Russia is expected to produce 10.4 mmb/d in 2022, about 10% of global supply. However, the bulk of its output occurs in Siberia and the Volga region in southeastern Russia, far from Ukraine, where there is no proximate production. As such, a substantial impact on producing assets from military action is very unlikely. However, some Russian crude oil export routes do run through Ukraine and the bordering Black Sea and could theoretically be disrupted. Russia exports about 2.0 mmb/d of oil through the Black Sea, primarily through its own ports in Novorossiysk, and a further 1.4 mmb/d is shipped on the Druzhba pipeline to refineries in Eastern and Central Europe. While disruption in the Black Sea is unlikely, pipeline flows are at greater risk. However, the bulk of shipments to Europe arrive on the northern leg of the Druzhba pipeline, which goes through Belarus, bypassing Ukraine. The southern leg of this pipeline only ships about 250 mb/d, which is relatively trivial and limits the potential for disruption. Besides, these flows would most likely get rerouted through other pipelines, serving Europe further north or toward eastern pipelines serving Asian markets, while waterborne exports could be routed through the Baltic Sea. The rerouting of flows would damp any impact on prices.
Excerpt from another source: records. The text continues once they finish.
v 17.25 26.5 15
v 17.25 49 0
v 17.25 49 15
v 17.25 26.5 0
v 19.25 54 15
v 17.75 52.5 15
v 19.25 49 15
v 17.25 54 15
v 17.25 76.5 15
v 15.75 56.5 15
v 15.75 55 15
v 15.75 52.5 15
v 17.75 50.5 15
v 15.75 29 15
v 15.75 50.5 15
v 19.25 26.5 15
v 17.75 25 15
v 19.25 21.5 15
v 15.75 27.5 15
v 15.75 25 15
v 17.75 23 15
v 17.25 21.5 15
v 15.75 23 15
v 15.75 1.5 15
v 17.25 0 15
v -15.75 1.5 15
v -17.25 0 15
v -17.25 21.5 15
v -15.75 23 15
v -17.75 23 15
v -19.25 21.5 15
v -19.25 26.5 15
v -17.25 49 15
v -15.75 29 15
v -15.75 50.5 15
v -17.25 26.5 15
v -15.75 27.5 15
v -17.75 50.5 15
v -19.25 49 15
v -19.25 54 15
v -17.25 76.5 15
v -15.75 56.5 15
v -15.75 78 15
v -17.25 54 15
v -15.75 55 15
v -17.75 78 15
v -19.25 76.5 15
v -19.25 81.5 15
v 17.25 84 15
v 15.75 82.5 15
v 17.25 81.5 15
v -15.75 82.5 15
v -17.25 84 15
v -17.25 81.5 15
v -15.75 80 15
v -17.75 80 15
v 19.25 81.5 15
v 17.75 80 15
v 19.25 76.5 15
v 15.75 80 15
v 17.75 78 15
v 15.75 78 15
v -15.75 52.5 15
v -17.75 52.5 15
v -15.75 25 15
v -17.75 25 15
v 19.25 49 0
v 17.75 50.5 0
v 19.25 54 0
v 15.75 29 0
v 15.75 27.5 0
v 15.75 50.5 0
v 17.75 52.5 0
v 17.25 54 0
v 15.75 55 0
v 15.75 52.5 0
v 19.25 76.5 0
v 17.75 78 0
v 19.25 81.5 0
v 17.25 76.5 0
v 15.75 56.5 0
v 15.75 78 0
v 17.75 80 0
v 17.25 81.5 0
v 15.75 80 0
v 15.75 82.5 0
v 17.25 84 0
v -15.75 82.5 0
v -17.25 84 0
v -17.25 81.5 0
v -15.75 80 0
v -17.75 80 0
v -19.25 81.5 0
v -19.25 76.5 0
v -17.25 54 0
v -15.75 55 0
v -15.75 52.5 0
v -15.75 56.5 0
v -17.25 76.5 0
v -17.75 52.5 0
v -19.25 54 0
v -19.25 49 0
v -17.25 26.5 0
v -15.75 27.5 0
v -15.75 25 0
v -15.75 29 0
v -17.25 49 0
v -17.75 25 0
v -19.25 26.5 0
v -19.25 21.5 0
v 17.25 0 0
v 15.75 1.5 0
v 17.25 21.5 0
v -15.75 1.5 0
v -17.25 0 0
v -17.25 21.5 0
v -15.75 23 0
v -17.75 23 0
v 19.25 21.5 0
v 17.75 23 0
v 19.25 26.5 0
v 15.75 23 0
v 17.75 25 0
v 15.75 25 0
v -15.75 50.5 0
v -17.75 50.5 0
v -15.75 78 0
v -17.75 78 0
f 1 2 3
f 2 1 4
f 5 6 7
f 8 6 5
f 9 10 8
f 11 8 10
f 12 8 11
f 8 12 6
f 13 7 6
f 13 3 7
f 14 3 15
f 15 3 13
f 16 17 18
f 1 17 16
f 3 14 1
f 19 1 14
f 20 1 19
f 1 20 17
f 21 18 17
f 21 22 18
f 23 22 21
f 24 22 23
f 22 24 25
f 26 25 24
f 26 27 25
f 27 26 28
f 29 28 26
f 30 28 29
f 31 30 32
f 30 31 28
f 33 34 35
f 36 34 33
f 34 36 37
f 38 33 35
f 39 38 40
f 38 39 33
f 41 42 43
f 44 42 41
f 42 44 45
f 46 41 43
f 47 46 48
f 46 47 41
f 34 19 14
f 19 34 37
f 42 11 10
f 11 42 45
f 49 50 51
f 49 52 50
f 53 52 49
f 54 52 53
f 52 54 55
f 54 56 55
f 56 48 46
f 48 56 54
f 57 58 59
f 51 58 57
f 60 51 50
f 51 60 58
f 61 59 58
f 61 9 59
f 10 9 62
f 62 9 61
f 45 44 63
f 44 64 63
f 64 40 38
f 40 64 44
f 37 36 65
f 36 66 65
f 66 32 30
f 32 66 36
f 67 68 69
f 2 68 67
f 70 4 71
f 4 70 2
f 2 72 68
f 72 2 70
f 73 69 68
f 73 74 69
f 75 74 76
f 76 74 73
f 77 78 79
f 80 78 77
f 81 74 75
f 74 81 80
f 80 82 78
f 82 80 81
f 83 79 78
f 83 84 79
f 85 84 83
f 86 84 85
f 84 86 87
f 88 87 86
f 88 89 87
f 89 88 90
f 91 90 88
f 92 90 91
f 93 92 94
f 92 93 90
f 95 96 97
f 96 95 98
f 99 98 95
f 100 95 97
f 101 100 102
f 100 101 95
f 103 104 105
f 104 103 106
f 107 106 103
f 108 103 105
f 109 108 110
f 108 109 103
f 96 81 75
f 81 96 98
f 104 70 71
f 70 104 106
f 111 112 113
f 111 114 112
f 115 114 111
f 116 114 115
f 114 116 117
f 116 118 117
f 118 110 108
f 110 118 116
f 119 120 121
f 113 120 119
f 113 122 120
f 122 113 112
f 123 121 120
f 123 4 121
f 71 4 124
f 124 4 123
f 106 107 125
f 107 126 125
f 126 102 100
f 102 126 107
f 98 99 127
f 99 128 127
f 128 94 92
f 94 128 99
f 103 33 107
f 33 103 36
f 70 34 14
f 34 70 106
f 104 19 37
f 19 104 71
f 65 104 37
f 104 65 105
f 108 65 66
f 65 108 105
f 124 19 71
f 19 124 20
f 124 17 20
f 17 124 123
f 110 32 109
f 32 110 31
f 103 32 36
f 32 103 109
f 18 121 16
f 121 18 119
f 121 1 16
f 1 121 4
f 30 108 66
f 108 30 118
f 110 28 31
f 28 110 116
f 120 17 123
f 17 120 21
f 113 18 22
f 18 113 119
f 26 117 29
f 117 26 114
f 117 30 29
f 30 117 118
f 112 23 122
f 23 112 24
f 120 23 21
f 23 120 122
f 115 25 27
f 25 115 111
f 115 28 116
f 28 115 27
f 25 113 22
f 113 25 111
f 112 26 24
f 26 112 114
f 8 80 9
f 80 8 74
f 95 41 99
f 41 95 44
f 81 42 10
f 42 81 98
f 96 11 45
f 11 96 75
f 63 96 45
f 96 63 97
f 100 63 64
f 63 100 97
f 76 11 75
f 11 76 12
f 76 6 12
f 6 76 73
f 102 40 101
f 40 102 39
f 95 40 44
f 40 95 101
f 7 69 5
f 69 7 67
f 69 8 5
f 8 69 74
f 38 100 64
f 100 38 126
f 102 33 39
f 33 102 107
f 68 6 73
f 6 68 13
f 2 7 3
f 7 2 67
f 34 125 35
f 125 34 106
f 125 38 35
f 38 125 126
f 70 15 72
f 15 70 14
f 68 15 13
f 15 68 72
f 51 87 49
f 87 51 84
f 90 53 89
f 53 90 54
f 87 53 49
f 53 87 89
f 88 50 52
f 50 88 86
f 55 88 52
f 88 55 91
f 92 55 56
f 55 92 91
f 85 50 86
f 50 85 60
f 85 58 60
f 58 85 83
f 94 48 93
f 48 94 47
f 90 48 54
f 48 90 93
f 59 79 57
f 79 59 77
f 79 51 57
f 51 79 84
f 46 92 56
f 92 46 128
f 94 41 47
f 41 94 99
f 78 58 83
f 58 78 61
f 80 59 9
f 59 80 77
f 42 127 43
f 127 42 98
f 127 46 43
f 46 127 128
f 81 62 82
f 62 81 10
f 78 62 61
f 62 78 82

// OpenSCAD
Thickness = 1.5; // All
Height = 15.0; // Z
Extra_Col_Spacing = 1.0;
Cols = 1;
Rows = 3;

module single(isFirst)
{
	Bucket_Base = 31.5; // X
	Bucket_Side = 26; // Y
	Lip_Offset = 2.5; // Y
	Lip_Opening_Size = 2.0; // Y
	Lip_Depth = 2.0; // X

	union()
	{
		if (isFirst)
		{

			union()
			{
				// Smaller support
				translate([0 - ((Bucket_Base / 2) + (((Lip_Depth * 2) + Extra_Col_Spacing + Thickness) / 2)), Bucket_Side - ((Lip_Offset + Thickness) / 2) + (Thickness * 2), (Height / 2)])
					cube([(Lip_Depth * 2) + Extra_Col_Spacing + Thickness, Lip_Offset + Thickness, Height], true);

				// Lip support
				translate([0 - ((Bucket_Base / 2) + (((Lip_Depth * 2) + Extra_Col_Spacing + Thickness) / 2)), (Bucket_Side + ((Lip_Opening_Size / 2) + Thickness)) - (Lip_Offset + Lip_Opening_Size), (Height / 2)])
					cube([((Lip_Depth * 2) + Extra_Col_Spacing + Thickness) - (Lip_Opening_Size * 2), Lip_Opening_Size + (Thickness * 2), Height], true);

				// Main support
				translate([0 - ((Bucket_Base / 2) + (((Lip_Depth * 2) + Extra_Col_Spacing + Thickness) / 2)), ((Bucket_Side + Thickness) - (Lip_Offset + Lip_Opening_Size)) / 2, (Height / 2)])
					cube([(Lip_Depth * 2) + Extra_Col_Spacing + Thickness, (Bucket_Side + Thickness) - (Lip_Offset + Lip_Opening_Size), Height], true);
			}
		}

		// Top
		translate([0, Bucket_Side + (Thickness * 1.5), (Height / 2)])
			cube([Bucket_Base + (Thickness * 2), Thickness, Height], true);

		// Top left of bucket
		translate([0 - ((Bucket_Base / 2) + (Thickness / 2)), (Bucket_Side - (Lip_Offset / 2)) + (Thickness * 1.5), (Height / 2)], true)
			cube([Thickness, Thickness + Lip_Offset, Height], true);

		// Top right of bucket
		translate([(Bucket_Base / 2) + (Thickness / 2), (Bucket_Side - (Lip_Offset / 2)) + (Thickness * 1.5), (Height / 2)], true)
			cube([Thickness, Thickness + Lip_Offset, Height], true);

		// Top left of lip
		translate([0 - ((Bucket_Base / 2) + ((Lip_Depth + Thickness) / 2)), (Bucket_Side - Lip_Offset) + (Thickness * 1.5), (Height / 2)])
			cube([Lip_Depth + Thickness, Thickness, Height], true);

		// Top right of lip
		translate([(Bucket_Base / 2) + ((Lip_Depth + Thickness) / 2), (Bucket_Side - Lip_Offset) + (Thickness * 1.5), (Height / 2)])
			cube([Lip_Depth + Thickness, Thickness, Height], true);

		// Left lip edge
		translate([0 - ((Bucket_Base / 2) + Lip_Depth + (Thickness / 2)), (Bucket_Side + ((Lip_Opening_Size / 2) + Thickness)) - (Lip_Offset + Lip_Opening_Size), (Height / 2)])
			cube([Thickness, Lip_Opening_Size + (Thickness * 2), Height], true);

		// Right lip edge
		translate([(Bucket_Base / 2) + Lip_Depth + (Thickness / 2), (Bucket_Side + ((Lip_Opening_Size / 2) + Thickness)) - (Lip_Offset + Lip_Opening_Size), (Height / 2)])
			cube([Thickness, Lip_Opening_Size + (Thickness * 2), Height], true);

		// Bottom left of lip
		translate([0 - ((Bucket_Base / 2) + ((Lip_Depth + Thickness) / 2)), ((Bucket_Side + (Thickness / 2)) - (Lip_Opening_Size + Lip_Offset)), (Height / 2)])
			cube([Lip_Depth + Thickness, Thickness, Height], true);

		// Bottom right of lip
		translate([(Bucket_Base / 2) + ((Lip_Depth + Thickness) / 2), ((Bucket_Side + (Thickness / 2)) - (Lip_Opening_Size + Lip_Offset)), (Height / 2)])
			cube([Lip_Depth + Thickness, Thickness, Height], true);

		// Bottom left
		translate([0 - ((Bucket_Base / 2) + (Thickness / 2)), (((Bucket_Side + Thickness) - (Lip_Opening_Size + Lip_Offset)) / 2), (Height / 2)])
			rotate([0, 0, 90])
				cube([((Bucket_Side + Thickness)- (Lip_Opening_Size + Lip_Offset)), Thickness, Height], true);

		// Bottom right
		translate([(Bucket_Base / 2) + (Thickness / 2), (((Bucket_Side + Thickness) - (Lip_Opening_Size + Lip_Offset)) / 2), (Height / 2)])
			rotate([0, 0, 90])
				cube([((Bucket_Side + Thickness) - (Lip_Opening_Size + Lip_Offset)), Thickness, Height], true);

		// Bottom
		translate([0, (Thickness / 2), (Height / 2)])
			cube([Bucket_Base + (Thickness * 2), Thickness, Height], true);
	}
}

module MakeCol(numRows, isFirst)
{
	//NOTE: Might want to double thickness here if you want thicker padding between rows
	Single_Height = 26.0 + Thickness;

	union()
	{
		for(i = [0:numRows - 1])
		{
			translate([0, i * Single_Height, 0])
				single(isFirst);
		}
	}
}

module Grid(numRows, numCols)
{
	Single_Width = 35.5 + Thickness + Extra_Col_Spacing;

	union()
	{
		for(i = [0:numCols - 1])
		{
			translate([i * Single_Width, 0, 0])
				MakeCol(numRows, (i > 0));
		}
	}
}

Grid(Rows, Cols);
single(false);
We believe Ukraine tensions are one of the supporting drivers of the sharp rally in oil prices in the past couple of months, even though fundamentally we see only a modest threat to supply. The market is assigning a higher risk premium, which suggests investors see more scope for disruption than we do or are generally worried about rising uncertainty amid geopolitical tensions. Either way, this risk premium will probably increase further if the situation escalates, and that translates to a spell of even higher prices. However, such prices won’t be sustained unless volumes are meaningfully affected.
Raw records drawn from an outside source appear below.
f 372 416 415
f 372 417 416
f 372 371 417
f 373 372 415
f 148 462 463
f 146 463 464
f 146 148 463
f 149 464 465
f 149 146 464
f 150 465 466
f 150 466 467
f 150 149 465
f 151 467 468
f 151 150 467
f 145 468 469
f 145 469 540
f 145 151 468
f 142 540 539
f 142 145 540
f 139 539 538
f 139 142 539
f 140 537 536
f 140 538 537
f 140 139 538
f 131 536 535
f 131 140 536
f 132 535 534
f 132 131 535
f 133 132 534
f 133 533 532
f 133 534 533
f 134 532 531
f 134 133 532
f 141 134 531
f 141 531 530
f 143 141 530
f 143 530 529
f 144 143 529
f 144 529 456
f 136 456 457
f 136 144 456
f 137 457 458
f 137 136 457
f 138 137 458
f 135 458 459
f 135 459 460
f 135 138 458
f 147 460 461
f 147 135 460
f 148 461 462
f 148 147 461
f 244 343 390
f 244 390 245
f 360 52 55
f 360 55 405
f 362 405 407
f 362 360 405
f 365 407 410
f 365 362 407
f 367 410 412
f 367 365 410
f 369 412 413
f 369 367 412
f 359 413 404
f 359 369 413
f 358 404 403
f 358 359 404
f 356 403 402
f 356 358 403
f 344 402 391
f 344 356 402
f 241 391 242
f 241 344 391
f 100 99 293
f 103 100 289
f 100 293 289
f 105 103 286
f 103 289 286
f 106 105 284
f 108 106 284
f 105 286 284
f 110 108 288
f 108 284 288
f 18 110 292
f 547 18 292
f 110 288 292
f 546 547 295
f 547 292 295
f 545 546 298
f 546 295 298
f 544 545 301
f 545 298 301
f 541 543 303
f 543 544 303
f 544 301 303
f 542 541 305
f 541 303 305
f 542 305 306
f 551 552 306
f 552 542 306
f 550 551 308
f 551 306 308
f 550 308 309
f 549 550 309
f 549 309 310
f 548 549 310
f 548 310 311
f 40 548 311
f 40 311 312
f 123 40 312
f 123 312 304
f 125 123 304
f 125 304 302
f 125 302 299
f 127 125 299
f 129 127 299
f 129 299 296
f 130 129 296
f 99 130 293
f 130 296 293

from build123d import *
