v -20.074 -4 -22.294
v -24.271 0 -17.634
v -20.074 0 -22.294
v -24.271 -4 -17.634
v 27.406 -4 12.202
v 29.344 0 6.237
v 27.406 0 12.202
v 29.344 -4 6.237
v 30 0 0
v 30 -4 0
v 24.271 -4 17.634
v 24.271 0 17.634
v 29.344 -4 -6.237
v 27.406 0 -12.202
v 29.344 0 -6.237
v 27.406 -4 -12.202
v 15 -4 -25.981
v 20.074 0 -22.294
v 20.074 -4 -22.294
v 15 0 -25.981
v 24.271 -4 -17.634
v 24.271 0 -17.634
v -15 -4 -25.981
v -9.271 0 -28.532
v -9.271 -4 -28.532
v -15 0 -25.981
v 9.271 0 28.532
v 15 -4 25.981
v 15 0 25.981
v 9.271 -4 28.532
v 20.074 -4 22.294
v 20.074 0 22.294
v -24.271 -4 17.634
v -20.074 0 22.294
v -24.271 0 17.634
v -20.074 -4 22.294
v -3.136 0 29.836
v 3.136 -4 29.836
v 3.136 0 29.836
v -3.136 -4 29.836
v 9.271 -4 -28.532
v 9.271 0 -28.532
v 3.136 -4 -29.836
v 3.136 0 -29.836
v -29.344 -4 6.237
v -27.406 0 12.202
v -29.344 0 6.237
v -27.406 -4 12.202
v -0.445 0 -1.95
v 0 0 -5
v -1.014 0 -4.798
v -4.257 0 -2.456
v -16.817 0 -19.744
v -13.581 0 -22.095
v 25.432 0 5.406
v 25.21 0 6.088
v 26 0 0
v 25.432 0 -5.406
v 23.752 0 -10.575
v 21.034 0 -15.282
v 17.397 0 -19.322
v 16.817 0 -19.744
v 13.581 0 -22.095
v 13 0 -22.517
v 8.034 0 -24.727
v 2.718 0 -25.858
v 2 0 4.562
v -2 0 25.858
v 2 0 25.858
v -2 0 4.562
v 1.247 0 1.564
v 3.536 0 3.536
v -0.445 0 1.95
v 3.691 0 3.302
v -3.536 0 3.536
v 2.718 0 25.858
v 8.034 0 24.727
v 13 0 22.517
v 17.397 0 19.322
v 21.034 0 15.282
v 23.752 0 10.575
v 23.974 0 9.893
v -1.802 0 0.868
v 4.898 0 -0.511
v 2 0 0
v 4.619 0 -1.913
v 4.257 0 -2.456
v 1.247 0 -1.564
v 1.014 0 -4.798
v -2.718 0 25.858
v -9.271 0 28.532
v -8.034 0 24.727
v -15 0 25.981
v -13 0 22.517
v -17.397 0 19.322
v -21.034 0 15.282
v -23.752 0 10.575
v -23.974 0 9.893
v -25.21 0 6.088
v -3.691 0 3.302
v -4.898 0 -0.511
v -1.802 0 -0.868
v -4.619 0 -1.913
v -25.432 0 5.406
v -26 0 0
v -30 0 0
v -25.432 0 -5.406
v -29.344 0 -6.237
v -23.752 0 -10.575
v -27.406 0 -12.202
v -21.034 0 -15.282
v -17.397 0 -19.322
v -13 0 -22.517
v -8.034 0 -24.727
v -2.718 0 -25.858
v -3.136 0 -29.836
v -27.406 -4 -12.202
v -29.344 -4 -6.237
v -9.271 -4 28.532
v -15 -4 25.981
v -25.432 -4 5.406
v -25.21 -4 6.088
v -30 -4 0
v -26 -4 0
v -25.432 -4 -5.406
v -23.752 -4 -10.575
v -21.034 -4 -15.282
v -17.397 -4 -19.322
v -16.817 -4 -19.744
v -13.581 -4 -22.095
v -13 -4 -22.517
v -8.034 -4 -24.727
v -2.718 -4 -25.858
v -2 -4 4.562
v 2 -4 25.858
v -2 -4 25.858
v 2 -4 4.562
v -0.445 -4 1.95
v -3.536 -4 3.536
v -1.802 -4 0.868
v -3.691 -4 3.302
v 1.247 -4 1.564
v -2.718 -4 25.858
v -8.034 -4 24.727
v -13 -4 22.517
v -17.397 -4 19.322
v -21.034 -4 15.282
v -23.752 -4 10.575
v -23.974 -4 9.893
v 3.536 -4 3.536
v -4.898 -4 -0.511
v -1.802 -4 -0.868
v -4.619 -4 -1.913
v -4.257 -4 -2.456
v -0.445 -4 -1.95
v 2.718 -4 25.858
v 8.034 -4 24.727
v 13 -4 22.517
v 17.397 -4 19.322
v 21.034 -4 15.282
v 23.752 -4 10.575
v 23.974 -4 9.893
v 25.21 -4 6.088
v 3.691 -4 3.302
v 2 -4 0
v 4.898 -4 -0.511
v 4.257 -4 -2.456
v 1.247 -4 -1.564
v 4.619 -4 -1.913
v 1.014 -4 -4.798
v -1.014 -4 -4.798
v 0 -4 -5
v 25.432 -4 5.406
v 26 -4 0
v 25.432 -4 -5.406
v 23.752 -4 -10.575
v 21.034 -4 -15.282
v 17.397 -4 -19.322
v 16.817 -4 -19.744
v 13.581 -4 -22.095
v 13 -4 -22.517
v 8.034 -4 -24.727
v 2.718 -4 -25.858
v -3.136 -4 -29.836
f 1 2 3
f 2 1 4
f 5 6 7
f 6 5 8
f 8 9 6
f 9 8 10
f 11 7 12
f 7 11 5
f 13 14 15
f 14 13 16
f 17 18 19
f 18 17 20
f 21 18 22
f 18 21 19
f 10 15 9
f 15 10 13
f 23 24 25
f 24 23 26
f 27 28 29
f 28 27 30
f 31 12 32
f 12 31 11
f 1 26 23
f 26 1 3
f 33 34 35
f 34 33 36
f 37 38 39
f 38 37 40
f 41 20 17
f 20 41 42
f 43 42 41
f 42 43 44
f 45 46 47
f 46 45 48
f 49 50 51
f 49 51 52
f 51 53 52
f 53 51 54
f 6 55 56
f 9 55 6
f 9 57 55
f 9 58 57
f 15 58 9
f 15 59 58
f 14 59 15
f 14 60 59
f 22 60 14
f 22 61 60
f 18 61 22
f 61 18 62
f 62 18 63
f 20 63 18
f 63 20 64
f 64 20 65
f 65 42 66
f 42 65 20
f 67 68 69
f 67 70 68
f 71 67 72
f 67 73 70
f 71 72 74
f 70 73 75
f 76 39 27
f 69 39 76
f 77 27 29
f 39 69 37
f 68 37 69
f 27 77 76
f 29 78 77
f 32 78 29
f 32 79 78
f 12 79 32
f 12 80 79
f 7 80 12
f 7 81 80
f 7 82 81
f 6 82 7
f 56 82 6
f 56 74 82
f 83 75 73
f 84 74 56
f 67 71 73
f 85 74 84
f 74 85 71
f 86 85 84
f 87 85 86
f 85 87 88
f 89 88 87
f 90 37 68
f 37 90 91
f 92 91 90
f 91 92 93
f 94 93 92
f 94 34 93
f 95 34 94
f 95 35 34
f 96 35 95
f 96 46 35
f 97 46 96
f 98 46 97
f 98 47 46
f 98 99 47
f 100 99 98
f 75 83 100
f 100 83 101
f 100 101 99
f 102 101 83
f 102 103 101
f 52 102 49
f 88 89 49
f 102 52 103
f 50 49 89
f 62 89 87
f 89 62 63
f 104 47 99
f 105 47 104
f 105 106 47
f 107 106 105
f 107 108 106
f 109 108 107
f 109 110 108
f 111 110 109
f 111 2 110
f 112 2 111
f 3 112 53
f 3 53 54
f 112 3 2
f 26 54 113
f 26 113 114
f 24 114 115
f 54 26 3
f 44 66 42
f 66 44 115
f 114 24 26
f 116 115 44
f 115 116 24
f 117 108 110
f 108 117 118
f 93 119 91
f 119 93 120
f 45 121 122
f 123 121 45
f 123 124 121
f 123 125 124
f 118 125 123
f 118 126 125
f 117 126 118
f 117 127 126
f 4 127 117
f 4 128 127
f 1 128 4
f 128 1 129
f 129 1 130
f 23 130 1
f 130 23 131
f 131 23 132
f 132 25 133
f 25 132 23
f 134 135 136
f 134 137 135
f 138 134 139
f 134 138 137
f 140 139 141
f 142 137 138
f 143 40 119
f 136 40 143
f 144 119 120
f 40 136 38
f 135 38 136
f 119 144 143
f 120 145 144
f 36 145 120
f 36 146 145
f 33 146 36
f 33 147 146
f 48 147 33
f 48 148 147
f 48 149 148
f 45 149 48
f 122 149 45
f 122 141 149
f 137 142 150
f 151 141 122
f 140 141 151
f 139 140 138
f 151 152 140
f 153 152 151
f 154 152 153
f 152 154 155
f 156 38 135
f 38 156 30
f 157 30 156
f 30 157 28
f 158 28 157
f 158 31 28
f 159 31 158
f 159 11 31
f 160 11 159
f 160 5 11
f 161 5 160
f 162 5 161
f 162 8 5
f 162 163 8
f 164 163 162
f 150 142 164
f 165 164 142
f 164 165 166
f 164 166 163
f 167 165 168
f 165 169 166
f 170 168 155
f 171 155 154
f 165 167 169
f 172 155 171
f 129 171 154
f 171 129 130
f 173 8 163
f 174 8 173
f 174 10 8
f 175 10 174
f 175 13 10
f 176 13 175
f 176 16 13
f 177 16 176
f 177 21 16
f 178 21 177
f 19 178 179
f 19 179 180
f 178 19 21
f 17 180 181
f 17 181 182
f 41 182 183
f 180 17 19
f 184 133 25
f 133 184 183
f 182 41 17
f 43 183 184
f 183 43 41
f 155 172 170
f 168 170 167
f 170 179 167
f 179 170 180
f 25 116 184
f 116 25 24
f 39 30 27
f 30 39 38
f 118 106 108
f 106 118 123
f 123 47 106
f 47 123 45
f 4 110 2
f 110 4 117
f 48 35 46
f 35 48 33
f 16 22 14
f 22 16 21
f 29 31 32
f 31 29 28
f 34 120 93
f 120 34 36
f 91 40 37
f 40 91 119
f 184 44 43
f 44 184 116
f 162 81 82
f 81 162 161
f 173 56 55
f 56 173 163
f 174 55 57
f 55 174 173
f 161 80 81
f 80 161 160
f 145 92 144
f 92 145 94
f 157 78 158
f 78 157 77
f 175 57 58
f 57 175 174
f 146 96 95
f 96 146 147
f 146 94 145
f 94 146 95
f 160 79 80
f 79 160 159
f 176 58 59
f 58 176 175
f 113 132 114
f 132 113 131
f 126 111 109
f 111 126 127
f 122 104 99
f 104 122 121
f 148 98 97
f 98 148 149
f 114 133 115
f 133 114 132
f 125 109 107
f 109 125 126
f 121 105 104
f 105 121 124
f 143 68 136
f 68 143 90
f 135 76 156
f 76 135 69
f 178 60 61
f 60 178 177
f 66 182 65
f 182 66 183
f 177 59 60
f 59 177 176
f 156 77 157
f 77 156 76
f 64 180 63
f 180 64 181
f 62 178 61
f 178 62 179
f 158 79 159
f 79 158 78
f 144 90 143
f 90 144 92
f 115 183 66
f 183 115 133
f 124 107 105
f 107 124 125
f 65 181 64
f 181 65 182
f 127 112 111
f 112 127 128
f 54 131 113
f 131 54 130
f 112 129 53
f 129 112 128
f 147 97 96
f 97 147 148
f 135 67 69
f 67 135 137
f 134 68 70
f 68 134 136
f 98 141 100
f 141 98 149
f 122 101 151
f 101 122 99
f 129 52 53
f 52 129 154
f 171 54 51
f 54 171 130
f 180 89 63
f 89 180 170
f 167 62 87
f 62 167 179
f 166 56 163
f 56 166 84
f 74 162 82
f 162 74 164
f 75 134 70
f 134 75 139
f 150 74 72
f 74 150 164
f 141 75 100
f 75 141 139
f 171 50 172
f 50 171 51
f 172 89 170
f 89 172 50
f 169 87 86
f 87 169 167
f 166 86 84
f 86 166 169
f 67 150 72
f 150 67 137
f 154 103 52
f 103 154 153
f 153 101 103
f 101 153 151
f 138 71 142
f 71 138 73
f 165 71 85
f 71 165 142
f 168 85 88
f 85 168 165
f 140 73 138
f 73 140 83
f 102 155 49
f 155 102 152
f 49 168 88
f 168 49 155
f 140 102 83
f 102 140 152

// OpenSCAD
width = 4;
hub = 5;
radius = 30;
spokes = 5;

// remove rotate for printing
rotate([90, 0, 0]) {
    difference() {
        cylinder(h=width, r=radius);
        cylinder(h=width, r=radius - width);
    }
    difference() {
        union() {
            cylinder(h=width, r=hub);
            for (i = [0 : spokes-1]) {
                rotate([0, 0, 360/spokes * i])
                translate([-width/2, 0, 0])
                    cube([width, radius-width, width]);
            }
        }
        cylinder(h=width, r=width/2);
    }
}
The risk premium can be defined as the difference between marginal cost and market, with the latter incorporating above-ground risks (not strictly production-related) that marginal cost calculations do not. Rystad pegs marginal costs at $65 a barrel for Brent (slightly higher than our own estimate of $60/barrel). On that basis, the Feb. 2 price of $89/barrel implies a risk premium of 35%, well above the 8% average during 2008-21 but lower than the 50% that was the norm for several years after the Arab Spring (2011-14). In that period, regime change in Libya coincided with the loss of 1 mmb/d of supply, pushing prices over $100/barrel.
Historically, events that have had a significant and durable effect on prices have also been associated with tangible supply or demand shocks; supply-related examples include the 1973 Arab embargo, the 1990 Iraq invasion of Kuwait, and the 2002 Venezuelan oil strike. Other proxies for the current situation that did not affect supply, like the 2008 Russian invasion of Georgia or the 2014 annexing of Crimea, did not affect global oil prices much in the end. As we do not anticipate any material disruptions in this case, much less 1 mmb/d, we think a 50% risk premium is unwarranted. Market jitters could still push the risk premium to that level temporarily in the runup to an invasion, but this would be short-lived as long as supply remains unaffected.